(Stored data entries)
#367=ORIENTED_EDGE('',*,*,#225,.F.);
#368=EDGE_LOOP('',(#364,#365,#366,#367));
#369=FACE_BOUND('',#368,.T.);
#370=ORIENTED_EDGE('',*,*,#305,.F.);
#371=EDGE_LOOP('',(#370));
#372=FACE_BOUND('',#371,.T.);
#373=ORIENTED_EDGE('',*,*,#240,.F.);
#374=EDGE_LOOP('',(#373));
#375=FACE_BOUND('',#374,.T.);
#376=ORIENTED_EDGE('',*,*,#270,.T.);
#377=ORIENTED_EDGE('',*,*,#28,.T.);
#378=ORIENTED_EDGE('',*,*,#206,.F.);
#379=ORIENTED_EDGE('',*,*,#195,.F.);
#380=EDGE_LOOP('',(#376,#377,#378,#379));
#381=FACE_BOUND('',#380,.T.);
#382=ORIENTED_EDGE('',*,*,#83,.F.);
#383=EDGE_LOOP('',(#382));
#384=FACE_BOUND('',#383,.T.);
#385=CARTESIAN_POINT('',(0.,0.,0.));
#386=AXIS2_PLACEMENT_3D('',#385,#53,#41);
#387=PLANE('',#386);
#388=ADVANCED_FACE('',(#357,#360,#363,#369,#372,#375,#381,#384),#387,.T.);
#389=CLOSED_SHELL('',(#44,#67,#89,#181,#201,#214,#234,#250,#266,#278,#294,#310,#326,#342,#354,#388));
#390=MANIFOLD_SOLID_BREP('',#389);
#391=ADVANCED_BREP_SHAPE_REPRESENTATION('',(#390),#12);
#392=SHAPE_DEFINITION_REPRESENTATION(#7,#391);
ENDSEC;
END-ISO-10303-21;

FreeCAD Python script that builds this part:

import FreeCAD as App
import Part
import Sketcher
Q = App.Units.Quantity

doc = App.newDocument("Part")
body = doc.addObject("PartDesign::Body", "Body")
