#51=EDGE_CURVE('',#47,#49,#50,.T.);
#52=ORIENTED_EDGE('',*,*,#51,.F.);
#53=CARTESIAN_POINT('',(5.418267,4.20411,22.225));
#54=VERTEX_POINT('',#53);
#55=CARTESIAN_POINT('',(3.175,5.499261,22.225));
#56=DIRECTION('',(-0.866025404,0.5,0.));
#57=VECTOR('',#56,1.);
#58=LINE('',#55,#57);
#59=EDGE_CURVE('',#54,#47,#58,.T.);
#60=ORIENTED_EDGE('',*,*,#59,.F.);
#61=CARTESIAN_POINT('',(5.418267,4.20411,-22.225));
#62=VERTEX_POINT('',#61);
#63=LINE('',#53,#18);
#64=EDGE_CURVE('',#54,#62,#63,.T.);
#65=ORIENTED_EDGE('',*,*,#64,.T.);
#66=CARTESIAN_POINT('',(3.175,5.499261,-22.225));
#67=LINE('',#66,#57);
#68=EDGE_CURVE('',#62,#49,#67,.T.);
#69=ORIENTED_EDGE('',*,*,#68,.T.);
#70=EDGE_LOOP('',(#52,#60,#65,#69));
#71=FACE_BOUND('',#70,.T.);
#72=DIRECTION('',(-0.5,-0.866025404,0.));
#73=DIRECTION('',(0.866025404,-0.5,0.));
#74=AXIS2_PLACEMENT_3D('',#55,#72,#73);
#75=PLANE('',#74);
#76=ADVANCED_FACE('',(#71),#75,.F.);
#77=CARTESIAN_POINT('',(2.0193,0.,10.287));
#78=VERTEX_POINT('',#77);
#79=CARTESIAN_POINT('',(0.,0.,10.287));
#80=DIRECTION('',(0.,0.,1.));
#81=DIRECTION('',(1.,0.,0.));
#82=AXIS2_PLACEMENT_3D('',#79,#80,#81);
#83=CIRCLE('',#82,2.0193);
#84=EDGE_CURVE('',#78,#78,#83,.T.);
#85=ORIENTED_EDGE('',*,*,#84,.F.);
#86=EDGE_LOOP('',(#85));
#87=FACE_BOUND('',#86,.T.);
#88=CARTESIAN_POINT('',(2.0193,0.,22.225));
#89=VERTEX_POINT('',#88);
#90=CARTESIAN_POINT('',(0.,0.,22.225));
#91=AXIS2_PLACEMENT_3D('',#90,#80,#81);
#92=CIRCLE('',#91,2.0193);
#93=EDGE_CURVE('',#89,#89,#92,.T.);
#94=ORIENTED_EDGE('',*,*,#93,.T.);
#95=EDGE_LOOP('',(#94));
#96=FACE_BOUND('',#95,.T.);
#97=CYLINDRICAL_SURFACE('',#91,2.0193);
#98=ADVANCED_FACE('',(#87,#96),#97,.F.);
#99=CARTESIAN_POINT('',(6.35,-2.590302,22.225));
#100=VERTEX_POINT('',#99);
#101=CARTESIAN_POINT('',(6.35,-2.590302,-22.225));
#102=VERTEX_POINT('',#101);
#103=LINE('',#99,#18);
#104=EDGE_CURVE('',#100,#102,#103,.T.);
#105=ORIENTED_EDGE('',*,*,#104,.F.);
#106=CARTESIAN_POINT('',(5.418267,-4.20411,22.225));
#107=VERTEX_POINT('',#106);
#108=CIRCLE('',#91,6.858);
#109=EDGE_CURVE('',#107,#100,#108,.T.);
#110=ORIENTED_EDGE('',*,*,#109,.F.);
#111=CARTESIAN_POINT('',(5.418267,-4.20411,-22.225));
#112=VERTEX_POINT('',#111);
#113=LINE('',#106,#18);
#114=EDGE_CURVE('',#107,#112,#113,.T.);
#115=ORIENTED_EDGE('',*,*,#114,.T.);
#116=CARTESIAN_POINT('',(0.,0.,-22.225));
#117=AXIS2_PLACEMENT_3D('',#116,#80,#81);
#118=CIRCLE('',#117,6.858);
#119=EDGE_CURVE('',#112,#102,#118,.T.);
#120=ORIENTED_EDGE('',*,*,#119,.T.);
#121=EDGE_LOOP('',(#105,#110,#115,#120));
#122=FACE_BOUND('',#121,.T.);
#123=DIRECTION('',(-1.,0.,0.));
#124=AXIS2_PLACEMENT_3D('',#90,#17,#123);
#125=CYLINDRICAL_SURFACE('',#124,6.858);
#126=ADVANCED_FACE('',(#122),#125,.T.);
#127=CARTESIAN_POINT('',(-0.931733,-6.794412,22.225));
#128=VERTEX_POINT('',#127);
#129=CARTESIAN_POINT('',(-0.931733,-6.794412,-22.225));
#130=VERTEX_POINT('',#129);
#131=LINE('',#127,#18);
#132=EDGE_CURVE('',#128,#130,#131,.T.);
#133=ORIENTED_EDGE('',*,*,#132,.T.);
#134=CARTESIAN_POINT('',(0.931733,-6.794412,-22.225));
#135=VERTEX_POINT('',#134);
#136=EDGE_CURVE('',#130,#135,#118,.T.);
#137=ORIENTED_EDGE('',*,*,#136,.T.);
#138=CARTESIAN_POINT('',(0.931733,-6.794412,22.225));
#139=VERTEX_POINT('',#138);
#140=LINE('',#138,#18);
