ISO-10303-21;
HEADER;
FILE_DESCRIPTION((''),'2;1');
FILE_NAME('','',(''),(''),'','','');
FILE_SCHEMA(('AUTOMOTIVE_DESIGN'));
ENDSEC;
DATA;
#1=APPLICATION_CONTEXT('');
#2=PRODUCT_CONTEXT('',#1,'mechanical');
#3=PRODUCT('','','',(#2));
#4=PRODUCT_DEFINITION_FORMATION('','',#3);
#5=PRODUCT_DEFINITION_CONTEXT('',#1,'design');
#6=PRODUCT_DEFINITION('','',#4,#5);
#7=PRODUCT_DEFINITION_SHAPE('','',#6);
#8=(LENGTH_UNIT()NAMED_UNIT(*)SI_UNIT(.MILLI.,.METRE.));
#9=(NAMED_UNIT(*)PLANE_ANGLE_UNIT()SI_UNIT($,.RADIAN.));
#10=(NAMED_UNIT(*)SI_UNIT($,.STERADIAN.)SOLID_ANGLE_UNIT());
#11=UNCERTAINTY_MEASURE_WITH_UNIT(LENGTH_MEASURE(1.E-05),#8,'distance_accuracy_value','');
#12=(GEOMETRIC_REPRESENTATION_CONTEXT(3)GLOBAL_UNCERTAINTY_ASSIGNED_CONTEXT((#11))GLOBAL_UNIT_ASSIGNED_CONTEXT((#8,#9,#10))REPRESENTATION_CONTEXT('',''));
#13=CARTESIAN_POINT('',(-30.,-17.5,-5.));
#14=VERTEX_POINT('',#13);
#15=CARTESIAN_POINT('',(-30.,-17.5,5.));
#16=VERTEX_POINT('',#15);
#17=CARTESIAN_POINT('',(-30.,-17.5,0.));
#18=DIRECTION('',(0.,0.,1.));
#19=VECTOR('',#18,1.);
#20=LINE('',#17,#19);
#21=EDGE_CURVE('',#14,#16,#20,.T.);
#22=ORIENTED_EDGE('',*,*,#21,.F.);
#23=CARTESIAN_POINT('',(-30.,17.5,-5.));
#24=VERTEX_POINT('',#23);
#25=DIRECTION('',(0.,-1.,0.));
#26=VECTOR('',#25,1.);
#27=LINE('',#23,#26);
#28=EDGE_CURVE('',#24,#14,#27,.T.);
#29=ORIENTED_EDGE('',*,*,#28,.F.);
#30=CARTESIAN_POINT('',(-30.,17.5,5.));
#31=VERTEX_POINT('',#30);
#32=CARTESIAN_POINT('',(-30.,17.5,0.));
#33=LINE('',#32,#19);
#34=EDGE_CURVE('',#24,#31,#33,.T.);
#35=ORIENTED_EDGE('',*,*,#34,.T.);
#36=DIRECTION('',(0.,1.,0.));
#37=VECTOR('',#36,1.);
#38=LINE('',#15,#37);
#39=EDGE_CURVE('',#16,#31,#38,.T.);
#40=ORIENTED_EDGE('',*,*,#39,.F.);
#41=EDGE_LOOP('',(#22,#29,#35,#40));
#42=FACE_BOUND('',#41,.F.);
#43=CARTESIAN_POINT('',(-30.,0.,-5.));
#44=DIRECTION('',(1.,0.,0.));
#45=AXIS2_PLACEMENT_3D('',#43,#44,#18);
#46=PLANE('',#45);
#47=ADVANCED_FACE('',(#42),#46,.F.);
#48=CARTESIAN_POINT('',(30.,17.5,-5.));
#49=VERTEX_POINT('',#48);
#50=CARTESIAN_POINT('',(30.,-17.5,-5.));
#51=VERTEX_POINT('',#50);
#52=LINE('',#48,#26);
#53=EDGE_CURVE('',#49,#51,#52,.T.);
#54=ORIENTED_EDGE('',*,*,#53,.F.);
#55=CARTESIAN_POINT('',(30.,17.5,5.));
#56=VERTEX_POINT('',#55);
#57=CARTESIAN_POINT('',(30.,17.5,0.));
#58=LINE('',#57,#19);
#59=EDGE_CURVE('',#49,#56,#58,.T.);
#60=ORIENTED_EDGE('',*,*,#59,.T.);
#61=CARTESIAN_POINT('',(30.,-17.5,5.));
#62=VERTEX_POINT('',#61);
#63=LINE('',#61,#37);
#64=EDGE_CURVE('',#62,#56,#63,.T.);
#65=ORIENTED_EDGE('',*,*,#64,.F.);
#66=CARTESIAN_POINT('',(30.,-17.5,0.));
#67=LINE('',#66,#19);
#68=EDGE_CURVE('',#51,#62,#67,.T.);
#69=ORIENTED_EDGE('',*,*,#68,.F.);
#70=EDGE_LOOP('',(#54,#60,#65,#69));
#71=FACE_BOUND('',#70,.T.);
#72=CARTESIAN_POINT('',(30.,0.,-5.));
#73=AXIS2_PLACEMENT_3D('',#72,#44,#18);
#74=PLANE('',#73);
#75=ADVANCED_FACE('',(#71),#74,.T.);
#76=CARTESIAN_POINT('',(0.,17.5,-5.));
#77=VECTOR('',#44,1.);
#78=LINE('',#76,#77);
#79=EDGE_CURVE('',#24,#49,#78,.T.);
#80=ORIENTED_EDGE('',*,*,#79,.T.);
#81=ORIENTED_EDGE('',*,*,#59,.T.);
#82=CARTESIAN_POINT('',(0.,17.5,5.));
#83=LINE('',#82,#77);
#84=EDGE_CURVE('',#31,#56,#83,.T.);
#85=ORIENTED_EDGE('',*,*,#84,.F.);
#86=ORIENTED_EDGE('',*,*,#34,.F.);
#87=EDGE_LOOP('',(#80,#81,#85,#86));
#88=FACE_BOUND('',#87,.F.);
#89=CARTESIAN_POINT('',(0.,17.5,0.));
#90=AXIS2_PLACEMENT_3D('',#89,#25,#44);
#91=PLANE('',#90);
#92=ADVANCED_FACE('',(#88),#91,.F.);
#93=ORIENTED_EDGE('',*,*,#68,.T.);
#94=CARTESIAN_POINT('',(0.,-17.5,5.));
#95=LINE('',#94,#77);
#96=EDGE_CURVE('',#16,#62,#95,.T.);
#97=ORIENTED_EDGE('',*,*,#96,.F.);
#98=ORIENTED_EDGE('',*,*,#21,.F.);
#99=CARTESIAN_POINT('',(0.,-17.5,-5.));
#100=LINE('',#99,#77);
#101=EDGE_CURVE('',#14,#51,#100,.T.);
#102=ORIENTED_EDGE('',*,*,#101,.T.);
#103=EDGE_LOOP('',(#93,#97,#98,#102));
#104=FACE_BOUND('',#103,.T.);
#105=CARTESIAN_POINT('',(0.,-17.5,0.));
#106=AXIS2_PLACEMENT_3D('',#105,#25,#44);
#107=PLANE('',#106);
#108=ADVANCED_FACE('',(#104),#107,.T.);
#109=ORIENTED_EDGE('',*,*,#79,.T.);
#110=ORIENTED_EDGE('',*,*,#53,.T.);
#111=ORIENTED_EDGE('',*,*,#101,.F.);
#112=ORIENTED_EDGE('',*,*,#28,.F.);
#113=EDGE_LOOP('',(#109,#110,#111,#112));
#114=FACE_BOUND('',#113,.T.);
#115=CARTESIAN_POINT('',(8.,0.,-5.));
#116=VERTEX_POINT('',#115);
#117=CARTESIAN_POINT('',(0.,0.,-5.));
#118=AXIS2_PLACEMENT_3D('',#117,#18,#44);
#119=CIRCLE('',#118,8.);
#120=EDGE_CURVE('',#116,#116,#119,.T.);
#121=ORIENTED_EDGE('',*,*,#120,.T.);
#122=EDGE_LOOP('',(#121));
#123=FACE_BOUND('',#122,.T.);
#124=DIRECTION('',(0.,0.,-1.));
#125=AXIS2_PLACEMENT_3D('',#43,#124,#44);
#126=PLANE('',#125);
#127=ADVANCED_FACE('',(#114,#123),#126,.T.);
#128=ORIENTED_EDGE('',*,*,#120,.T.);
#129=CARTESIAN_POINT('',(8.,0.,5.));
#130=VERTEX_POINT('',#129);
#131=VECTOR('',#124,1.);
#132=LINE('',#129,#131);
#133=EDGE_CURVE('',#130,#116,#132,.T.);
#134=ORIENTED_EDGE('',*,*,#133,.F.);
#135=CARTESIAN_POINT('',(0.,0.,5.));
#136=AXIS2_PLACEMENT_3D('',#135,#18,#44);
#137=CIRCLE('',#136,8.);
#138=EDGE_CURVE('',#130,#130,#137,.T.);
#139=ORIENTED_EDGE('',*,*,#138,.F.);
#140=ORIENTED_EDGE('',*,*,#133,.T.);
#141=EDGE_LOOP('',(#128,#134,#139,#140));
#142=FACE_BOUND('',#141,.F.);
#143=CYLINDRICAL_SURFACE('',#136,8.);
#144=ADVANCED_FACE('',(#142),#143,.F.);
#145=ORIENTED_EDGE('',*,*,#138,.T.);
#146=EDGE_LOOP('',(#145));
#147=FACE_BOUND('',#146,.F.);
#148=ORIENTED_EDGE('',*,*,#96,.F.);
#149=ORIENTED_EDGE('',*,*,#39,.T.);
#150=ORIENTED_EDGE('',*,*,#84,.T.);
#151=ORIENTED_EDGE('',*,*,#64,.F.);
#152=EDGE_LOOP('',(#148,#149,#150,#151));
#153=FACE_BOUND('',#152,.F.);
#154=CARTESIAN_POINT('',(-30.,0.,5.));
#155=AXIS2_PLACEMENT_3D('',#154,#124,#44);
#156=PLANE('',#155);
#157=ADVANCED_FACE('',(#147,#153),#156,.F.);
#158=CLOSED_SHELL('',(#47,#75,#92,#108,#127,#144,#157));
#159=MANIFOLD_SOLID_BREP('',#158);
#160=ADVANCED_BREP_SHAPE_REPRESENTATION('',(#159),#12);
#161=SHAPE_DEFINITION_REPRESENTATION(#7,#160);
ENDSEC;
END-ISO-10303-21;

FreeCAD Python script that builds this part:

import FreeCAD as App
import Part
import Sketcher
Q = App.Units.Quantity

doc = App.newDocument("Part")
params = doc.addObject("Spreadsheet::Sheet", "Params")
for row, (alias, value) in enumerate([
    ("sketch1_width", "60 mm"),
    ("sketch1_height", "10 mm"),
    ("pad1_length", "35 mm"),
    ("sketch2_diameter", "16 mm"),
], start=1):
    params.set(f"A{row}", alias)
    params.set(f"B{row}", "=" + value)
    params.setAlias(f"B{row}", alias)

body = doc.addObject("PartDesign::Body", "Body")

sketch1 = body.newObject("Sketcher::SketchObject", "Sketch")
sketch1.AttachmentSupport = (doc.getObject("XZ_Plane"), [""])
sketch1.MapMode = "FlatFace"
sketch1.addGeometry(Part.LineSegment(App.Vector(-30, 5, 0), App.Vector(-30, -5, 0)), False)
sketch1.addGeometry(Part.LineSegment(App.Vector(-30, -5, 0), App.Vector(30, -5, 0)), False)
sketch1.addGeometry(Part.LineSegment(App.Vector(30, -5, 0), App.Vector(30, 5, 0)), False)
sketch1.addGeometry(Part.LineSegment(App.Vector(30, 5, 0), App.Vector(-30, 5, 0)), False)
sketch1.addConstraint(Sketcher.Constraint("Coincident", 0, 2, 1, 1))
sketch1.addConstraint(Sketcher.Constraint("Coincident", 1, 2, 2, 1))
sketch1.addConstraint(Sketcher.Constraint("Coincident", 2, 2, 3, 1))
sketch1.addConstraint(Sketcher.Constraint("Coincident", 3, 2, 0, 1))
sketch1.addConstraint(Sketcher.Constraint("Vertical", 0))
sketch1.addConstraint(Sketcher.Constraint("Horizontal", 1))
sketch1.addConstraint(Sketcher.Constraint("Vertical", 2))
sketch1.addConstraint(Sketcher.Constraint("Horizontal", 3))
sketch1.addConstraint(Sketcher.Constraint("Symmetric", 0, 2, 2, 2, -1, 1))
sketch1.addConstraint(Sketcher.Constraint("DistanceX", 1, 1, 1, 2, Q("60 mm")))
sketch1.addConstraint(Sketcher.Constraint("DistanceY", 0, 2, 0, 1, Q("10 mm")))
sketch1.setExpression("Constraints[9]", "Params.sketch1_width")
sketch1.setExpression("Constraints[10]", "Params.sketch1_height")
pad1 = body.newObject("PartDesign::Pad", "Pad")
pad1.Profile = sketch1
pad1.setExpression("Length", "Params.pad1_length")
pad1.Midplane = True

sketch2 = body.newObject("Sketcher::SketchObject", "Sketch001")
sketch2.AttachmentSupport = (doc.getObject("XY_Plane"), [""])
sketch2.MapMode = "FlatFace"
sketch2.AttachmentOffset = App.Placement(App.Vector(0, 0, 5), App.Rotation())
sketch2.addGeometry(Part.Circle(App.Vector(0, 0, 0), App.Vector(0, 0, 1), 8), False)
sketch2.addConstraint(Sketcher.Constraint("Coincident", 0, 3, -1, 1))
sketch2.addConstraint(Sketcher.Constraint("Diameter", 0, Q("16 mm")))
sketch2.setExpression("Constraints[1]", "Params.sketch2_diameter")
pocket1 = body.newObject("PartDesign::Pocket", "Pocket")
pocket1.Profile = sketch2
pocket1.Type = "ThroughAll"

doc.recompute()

> PROMPT:
Retype only the stretch of lines above starting at the one with "#67=LINE('',#66,#57);" and stopping at the one with "#120=ORIENTED_EDGE('',*,*,#119,.T.);", exactly as written, with both kept.

> REPLY:
#67=LINE('',#66,#57);
#68=EDGE_CURVE('',#62,#49,#67,.T.);
#69=ORIENTED_EDGE('',*,*,#68,.T.);
#70=EDGE_LOOP('',(#52,#60,#65,#69));
#71=FACE_BOUND('',#70,.T.);
#72=DIRECTION('',(-0.5,-0.866025404,0.));
#73=DIRECTION('',(0.866025404,-0.5,0.));
#74=AXIS2_PLACEMENT_3D('',#55,#72,#73);
#75=PLANE('',#74);
#76=ADVANCED_FACE('',(#71),#75,.F.);
#77=CARTESIAN_POINT('',(2.0193,0.,10.287));
#78=VERTEX_POINT('',#77);
#79=CARTESIAN_POINT('',(0.,0.,10.287));
#80=DIRECTION('',(0.,0.,1.));
#81=DIRECTION('',(1.,0.,0.));
#82=AXIS2_PLACEMENT_3D('',#79,#80,#81);
#83=CIRCLE('',#82,2.0193);
#84=EDGE_CURVE('',#78,#78,#83,.T.);
#85=ORIENTED_EDGE('',*,*,#84,.F.);
#86=EDGE_LOOP('',(#85));
#87=FACE_BOUND('',#86,.T.);
#88=CARTESIAN_POINT('',(2.0193,0.,22.225));
#89=VERTEX_POINT('',#88);
#90=CARTESIAN_POINT('',(0.,0.,22.225));
#91=AXIS2_PLACEMENT_3D('',#90,#80,#81);
#92=CIRCLE('',#91,2.0193);
#93=EDGE_CURVE('',#89,#89,#92,.T.);
#94=ORIENTED_EDGE('',*,*,#93,.T.);
#95=EDGE_LOOP('',(#94));
#96=FACE_BOUND('',#95,.T.);
#97=CYLINDRICAL_SURFACE('',#91,2.0193);
#98=ADVANCED_FACE('',(#87,#96),#97,.F.);
#99=CARTESIAN_POINT('',(6.35,-2.590302,22.225));
#100=VERTEX_POINT('',#99);
#101=CARTESIAN_POINT('',(6.35,-2.590302,-22.225));
#102=VERTEX_POINT('',#101);
#103=LINE('',#99,#18);
#104=EDGE_CURVE('',#100,#102,#103,.T.);
#105=ORIENTED_EDGE('',*,*,#104,.F.);
#106=CARTESIAN_POINT('',(5.418267,-4.20411,22.225));
#107=VERTEX_POINT('',#106);
#108=CIRCLE('',#91,6.858);
#109=EDGE_CURVE('',#107,#100,#108,.T.);
#110=ORIENTED_EDGE('',*,*,#109,.F.);
#111=CARTESIAN_POINT('',(5.418267,-4.20411,-22.225));
#112=VERTEX_POINT('',#111);
#113=LINE('',#106,#18);
#114=EDGE_CURVE('',#107,#112,#113,.T.);
#115=ORIENTED_EDGE('',*,*,#114,.T.);
#116=CARTESIAN_POINT('',(0.,0.,-22.225));
#117=AXIS2_PLACEMENT_3D('',#116,#80,#81);
#118=CIRCLE('',#117,6.858);
#119=EDGE_CURVE('',#112,#102,#118,.T.);
#120=ORIENTED_EDGE('',*,*,#119,.T.);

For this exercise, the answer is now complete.